1. The net profit will rise because there is no more interest charged. In the statements, 91,481k RMB will be added back to the net profit to give a new net profit of 572,088 k RMB.

2. Cash/cash equivalent will drop from the present 1,736,724 k RMB to 661,855k RMB after using it to pay for all the liabilities. Equities will thus be just the total assets, which is 1,818,649 k RMB. In other words, there's no change in equities if they pay off their debts using cash/cash equivalent or if they did not.

The new ROE if they pay off all their debts using their cash will thus be 31.5%. Compare this against 26.4%.

Thus, your statement that "Could it be that they deliberately refuse to pay up all their liabilities, just so that they can maintain this strong ROE?" is not true. Their ROE will be even higher should they wish to pay off their liabilities in full using their cash.

Of course, my calculations might be over simplified. It's essentially a multi-variate problem.

Akatsuki said...

Oh ic ic, my mistake. Cause the interest expense belongs to the P/L component, say if interest expense where to be gone, the Net profit will be higher , thus using simple caculation, the ROE will likewise be higher. Youre correct.. NAV will not change, this then result in a higher ROE. Logical... very logcial hehe

Akatsuki said...
This comment has been removed by the author.
Akatsuki said...

Hi, excuse me for imposing again ahah. I could just be right in saying this statement "refuse to pay up all their liablities, just so that they can maintain this strong ROE" the word here is maintaining, ok soo lets see if im correct.
Say in 2009 China Milk's Net profit increased quite abit beause it alrdy paid up all its debts, Ok -no interest exp. So for that FY 09 the ROE will indeed be higher then FY 08. However, if management doesn't give away all its net profit, this figure will be pump in back to OE (Owner's Equity) in the account called retained earnings, therefore with this huge figure under OE, going into FY 10, ChinaMilk must work even hard to maintain its ROE ,
Beacse their OE has increased and prediction of the same amt of net profit to be deprived from FY10 is uncertain..therefore having loans, keeps the amount of NP in check, so that is gives managment time to plan out what to do with those cash and in the same time maintain the ROE.. i think >_<

la papillion said...

Hi akatsuki,

I treat your word 'maintain' to mean this: to keep the ROE (26.4%) of FY08 constant, and not let it decrease. I've already shown in a oversimplistic way that paying off their total debts using their cash/cash equivalent actually increases their ROE. Thus if your definition of 'maintain' is 'to keep constant, and not increase or decrease', then we're on different grounds to begin with.

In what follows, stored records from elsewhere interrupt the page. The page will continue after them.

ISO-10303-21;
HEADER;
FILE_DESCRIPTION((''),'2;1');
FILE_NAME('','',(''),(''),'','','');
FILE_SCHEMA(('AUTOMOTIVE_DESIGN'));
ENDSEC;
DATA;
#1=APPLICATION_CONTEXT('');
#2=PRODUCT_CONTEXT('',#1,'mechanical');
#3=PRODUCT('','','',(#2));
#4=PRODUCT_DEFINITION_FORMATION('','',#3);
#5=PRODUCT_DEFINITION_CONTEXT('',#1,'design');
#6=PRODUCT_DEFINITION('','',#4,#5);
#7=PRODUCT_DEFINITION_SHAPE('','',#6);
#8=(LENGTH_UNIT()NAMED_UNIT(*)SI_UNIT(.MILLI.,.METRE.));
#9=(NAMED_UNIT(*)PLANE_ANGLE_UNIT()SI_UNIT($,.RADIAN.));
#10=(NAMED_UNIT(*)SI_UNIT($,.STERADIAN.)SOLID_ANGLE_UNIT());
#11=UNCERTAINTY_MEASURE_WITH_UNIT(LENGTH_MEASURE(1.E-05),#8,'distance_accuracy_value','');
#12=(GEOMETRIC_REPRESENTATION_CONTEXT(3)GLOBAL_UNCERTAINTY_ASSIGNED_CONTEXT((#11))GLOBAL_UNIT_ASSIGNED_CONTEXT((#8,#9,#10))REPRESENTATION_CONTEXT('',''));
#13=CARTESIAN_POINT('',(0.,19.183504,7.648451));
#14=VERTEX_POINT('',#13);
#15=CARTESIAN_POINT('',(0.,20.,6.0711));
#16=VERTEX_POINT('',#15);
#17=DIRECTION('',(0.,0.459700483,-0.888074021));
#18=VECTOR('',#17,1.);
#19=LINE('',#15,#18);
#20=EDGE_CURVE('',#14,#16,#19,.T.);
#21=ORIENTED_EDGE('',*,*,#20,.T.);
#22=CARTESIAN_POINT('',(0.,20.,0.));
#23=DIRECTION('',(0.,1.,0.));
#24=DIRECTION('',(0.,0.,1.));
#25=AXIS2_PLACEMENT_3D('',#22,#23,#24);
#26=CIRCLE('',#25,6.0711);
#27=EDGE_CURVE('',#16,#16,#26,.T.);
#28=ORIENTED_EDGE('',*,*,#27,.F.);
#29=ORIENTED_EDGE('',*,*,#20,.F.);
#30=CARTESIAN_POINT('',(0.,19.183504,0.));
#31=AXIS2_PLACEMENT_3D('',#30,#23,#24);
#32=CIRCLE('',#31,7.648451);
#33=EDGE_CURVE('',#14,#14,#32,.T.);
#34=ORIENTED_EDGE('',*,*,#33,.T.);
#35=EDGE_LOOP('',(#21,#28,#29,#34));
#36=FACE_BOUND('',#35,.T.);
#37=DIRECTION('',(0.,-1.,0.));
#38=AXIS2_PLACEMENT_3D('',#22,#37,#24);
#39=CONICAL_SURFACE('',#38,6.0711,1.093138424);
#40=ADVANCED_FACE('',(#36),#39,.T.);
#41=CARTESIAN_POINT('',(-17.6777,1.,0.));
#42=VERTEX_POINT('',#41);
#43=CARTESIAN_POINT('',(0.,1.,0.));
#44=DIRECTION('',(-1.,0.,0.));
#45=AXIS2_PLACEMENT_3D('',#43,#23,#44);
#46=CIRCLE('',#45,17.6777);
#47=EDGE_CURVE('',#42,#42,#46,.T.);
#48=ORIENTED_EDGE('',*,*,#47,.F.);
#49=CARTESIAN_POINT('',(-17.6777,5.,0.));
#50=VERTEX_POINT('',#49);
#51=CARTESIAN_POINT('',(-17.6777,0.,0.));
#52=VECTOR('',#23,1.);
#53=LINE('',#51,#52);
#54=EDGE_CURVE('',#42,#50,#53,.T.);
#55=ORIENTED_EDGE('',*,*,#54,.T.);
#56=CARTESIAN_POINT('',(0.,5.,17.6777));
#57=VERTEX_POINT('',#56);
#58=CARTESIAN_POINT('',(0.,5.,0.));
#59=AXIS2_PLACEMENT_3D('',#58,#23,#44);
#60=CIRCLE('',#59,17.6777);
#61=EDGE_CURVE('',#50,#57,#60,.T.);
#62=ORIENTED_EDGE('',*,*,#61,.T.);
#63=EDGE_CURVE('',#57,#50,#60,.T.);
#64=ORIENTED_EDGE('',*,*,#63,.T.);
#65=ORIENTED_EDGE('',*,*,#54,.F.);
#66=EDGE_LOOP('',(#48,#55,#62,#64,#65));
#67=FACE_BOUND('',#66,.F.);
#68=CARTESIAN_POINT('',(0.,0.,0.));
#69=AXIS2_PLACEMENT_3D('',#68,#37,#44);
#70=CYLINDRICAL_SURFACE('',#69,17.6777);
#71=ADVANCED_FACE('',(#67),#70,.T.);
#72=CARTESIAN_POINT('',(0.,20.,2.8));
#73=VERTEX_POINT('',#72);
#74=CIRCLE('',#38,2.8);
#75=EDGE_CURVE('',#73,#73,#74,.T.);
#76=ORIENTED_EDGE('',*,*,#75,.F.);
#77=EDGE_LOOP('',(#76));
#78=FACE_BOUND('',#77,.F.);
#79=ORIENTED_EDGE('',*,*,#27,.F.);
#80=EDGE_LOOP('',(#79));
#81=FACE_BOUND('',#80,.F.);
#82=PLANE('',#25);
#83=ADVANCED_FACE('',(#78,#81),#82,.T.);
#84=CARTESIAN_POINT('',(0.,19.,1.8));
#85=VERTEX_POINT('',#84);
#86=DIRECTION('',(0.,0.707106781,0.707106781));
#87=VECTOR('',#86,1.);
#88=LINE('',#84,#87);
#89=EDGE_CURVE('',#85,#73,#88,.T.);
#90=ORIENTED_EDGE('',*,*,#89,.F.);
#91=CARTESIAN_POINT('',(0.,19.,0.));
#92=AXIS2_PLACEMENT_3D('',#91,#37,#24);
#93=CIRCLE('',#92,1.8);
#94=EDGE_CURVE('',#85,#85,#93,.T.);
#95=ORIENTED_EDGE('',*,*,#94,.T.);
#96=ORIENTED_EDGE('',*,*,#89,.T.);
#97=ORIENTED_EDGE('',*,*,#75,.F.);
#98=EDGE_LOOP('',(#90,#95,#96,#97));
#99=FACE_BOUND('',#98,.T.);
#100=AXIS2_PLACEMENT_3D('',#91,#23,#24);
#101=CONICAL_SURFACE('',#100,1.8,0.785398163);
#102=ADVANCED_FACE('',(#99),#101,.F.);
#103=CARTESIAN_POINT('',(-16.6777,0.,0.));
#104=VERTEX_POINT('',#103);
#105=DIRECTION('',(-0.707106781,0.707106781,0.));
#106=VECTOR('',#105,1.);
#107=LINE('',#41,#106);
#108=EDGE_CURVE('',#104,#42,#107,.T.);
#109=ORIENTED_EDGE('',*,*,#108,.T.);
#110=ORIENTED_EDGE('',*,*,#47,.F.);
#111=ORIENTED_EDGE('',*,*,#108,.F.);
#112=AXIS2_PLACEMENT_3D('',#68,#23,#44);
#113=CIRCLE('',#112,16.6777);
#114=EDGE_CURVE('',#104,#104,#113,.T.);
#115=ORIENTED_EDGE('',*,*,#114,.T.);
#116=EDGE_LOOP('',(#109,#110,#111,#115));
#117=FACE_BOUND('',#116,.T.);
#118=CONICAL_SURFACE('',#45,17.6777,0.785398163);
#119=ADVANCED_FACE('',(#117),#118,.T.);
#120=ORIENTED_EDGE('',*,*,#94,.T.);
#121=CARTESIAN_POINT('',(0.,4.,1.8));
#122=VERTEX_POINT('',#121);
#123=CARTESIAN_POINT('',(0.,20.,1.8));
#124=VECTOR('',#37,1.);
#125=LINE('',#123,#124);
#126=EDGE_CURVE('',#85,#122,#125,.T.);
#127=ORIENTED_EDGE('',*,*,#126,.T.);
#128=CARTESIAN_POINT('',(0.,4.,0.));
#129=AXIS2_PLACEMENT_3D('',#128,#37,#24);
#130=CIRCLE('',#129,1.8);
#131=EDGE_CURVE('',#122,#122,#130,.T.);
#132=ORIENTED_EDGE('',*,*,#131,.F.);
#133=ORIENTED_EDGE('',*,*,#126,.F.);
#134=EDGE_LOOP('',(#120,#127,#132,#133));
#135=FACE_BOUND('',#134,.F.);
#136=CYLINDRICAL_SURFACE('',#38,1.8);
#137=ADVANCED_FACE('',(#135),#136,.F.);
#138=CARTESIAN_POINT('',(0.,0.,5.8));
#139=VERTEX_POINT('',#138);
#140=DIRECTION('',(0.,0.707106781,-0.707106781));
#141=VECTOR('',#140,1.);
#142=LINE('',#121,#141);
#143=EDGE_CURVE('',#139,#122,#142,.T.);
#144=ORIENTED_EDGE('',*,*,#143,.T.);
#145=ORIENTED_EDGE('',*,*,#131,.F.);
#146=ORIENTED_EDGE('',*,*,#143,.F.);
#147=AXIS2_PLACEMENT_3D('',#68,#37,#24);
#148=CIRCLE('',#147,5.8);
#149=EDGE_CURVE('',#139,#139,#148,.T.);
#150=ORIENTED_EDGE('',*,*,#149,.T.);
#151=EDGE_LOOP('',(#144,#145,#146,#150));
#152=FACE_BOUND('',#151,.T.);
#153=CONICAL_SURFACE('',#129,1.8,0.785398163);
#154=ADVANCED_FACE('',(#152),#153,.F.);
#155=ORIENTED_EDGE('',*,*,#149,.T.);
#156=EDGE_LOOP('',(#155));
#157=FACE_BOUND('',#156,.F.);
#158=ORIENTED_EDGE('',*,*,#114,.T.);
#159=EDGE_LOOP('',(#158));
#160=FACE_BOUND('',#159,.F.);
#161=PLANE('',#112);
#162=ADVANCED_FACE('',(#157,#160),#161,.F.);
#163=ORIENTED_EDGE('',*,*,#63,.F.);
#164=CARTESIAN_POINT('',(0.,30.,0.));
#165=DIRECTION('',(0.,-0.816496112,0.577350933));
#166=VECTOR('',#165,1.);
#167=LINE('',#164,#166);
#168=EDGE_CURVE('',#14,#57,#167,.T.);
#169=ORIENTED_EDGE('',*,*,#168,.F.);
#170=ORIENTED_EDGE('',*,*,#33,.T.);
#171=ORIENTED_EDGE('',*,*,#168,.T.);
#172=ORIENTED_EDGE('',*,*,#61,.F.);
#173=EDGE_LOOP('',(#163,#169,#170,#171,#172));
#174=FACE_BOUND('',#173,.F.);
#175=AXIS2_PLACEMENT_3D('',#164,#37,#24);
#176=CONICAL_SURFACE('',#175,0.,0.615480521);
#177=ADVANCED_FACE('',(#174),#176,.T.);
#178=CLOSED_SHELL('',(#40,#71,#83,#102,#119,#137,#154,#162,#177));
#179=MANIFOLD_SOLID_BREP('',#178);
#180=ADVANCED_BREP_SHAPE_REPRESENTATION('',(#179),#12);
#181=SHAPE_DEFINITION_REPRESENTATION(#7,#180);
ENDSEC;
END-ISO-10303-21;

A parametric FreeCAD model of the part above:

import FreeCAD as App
import Part
import Sketcher
from FreeCAD import Vector


def edges_at(feature, points):
    """Names of the edges that pass closest to the given points."""
    edges = feature.Shape.Edges
    near = lambda p: min(range(len(edges)), key=lambda i: edges[i].distToShape(Part.Vertex(*p))[0])
    return sorted({f"Edge{near(p) + 1}" for p in points})

doc = App.newDocument("Part")
body = doc.addObject("PartDesign::Body", "Body")

sketch1 = body.newObject("Sketcher::SketchObject", "Sketch")
sketch1.AttachmentSupport = (doc.getObject("XZ_Plane"), [""])
sketch1.MapMode = "FlatFace"
sketch1.addGeometry(Part.Circle(Vector(0, 0, 0), Vector(0, 0, 1), 18), False)
sketch1.addConstraint([
    Sketcher.Constraint("Coincident", 0, 3, -1, 1),
    Sketcher.Constraint("Diameter", 0, 35.3554),
])
pad1 = body.newObject("PartDesign::Pad", "Pad")
pad1.Profile = sketch1
pad1.Length = 5
pad1.Reversed = True

sketch2 = body.newObject("Sketcher::SketchObject", "Sketch001")
sketch2.AttachmentSupport = (doc.getObject("YZ_Plane"), [""])
sketch2.MapMode = "FlatFace"
sketch2.addGeometry([
    Part.LineSegment(Vector(5, 18, 0), Vector(5, 0, 0)),
    Part.LineSegment(Vector(5, 0, 0), Vector(20, 0, 0)),
    Part.LineSegment(Vector(20, 0, 0), Vector(20, 7, 0)),
    Part.LineSegment(Vector(20, 7, 0), Vector(5, 18, 0)),
], False)
sketch2.addConstraint([
    Sketcher.Constraint("Coincident", 0, 2, 1, 1),
    Sketcher.Constraint("Coincident", 1, 2, 2, 1),
    Sketcher.Constraint("Coincident", 2, 2, 3, 1),
    Sketcher.Constraint("Coincident", 3, 2, 0, 1),
    Sketcher.Constraint("Vertical", 0),
    Sketcher.Constraint("Horizontal", 1),
    Sketcher.Constraint("Vertical", 2),
    Sketcher.Constraint("PointOnObject", 0, 2, -1),
    Sketcher.Constraint("DistanceX", 1, 1, 1, 2, 15.0),
    Sketcher.Constraint("DistanceX", -1, 1, 0, 2, 5.0),
    Sketcher.Constraint("DistanceY", 2, 1, 2, 2, 7.071),
    Sketcher.Constraint("DistanceY", 0, 2, 0, 1, 17.6777),
])
revolution = body.newObject("PartDesign::Revolution", "Revolution")
revolution.Profile = sketch2
revolution.ReferenceAxis = (sketch2, ["H_Axis"])
revolution.Angle = 360

sketch3 = body.newObject("Sketcher::SketchObject", "Sketch002")
sketch3.AttachmentSupport = (doc.getObject("XZ_Plane"), [""])
sketch3.MapMode = "FlatFace"
sketch3.AttachmentOffset = App.Placement(Vector(0, 0, -20), App.Rotation())
sketch3.addGeometry(Part.Circle(Vector(0, 0, 0), Vector(0, 0, 1), 1.8), False)
sketch3.addConstraint([
    Sketcher.Constraint("Coincident", 0, 3, -1, 1),
    Sketcher.Constraint("Diameter", 0, 3.6),
])
doc.recompute()
hole = body.newObject("PartDesign::Hole", "Hole")
hole.Profile = sketch3
hole.ThreadType = "None"
hole.Diameter = 3.6
hole.DepthType = "ThroughAll"
hole.Reversed = True
doc.recompute()

chamfer = body.newObject("PartDesign::Chamfer", "Chamfer")
chamfer.Base = (hole, edges_at(hole, [(0, 0, -1.8)]))
chamfer.Size = 4
doc.recompute()

chamfer2 = body.newObject("PartDesign::Chamfer", "Chamfer001")
chamfer2.Base = (chamfer, edges_at(chamfer, [(17.678, 0, 0), (0, 20, -7.071)]))
chamfer2.Size = 1
doc.recompute()

chamfer3 = body.newObject("PartDesign::Chamfer", "Chamfer002")
chamfer3.Base = (chamfer2, edges_at(chamfer2, [(0, 20, -1.8)]))
chamfer3.Size = 1

doc.recompute()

With regards to your reasons, I think there's a lot of hypothetical 'if's here. By saying that china milk is uncertain of their net profit, hence they don't want to pay debts so as to maintain ROE is a bit far fetched, in my opinion. Well, they could have reduced their equity by giving out dividends (which they did before), this will still increase ROE. How about selling away their livestock, so as to reduce their equity base, this will increase ROE too. How about buying back their shares? These are measures which the management can be sure of too, since they are the ones to decide.

My point is that while I do not know why the company do not wish to pay off their debts with their cash, i seriously doubt that it's used to increase their ROE. Not many pple even see ROE as an important criteria before they start investing, so they really have no vested interest in maintaining it. Of course, all this boils down to trusting the company to uphold the interests of shareholders and not squander it on frivolous pursuits.

Hey, thks for debating with me on this issue :) Keep it coming :)

Mr. Boring said...

ROE can be manipulated. One should not just relied on ROE alone but look at the Financial Statement for totality.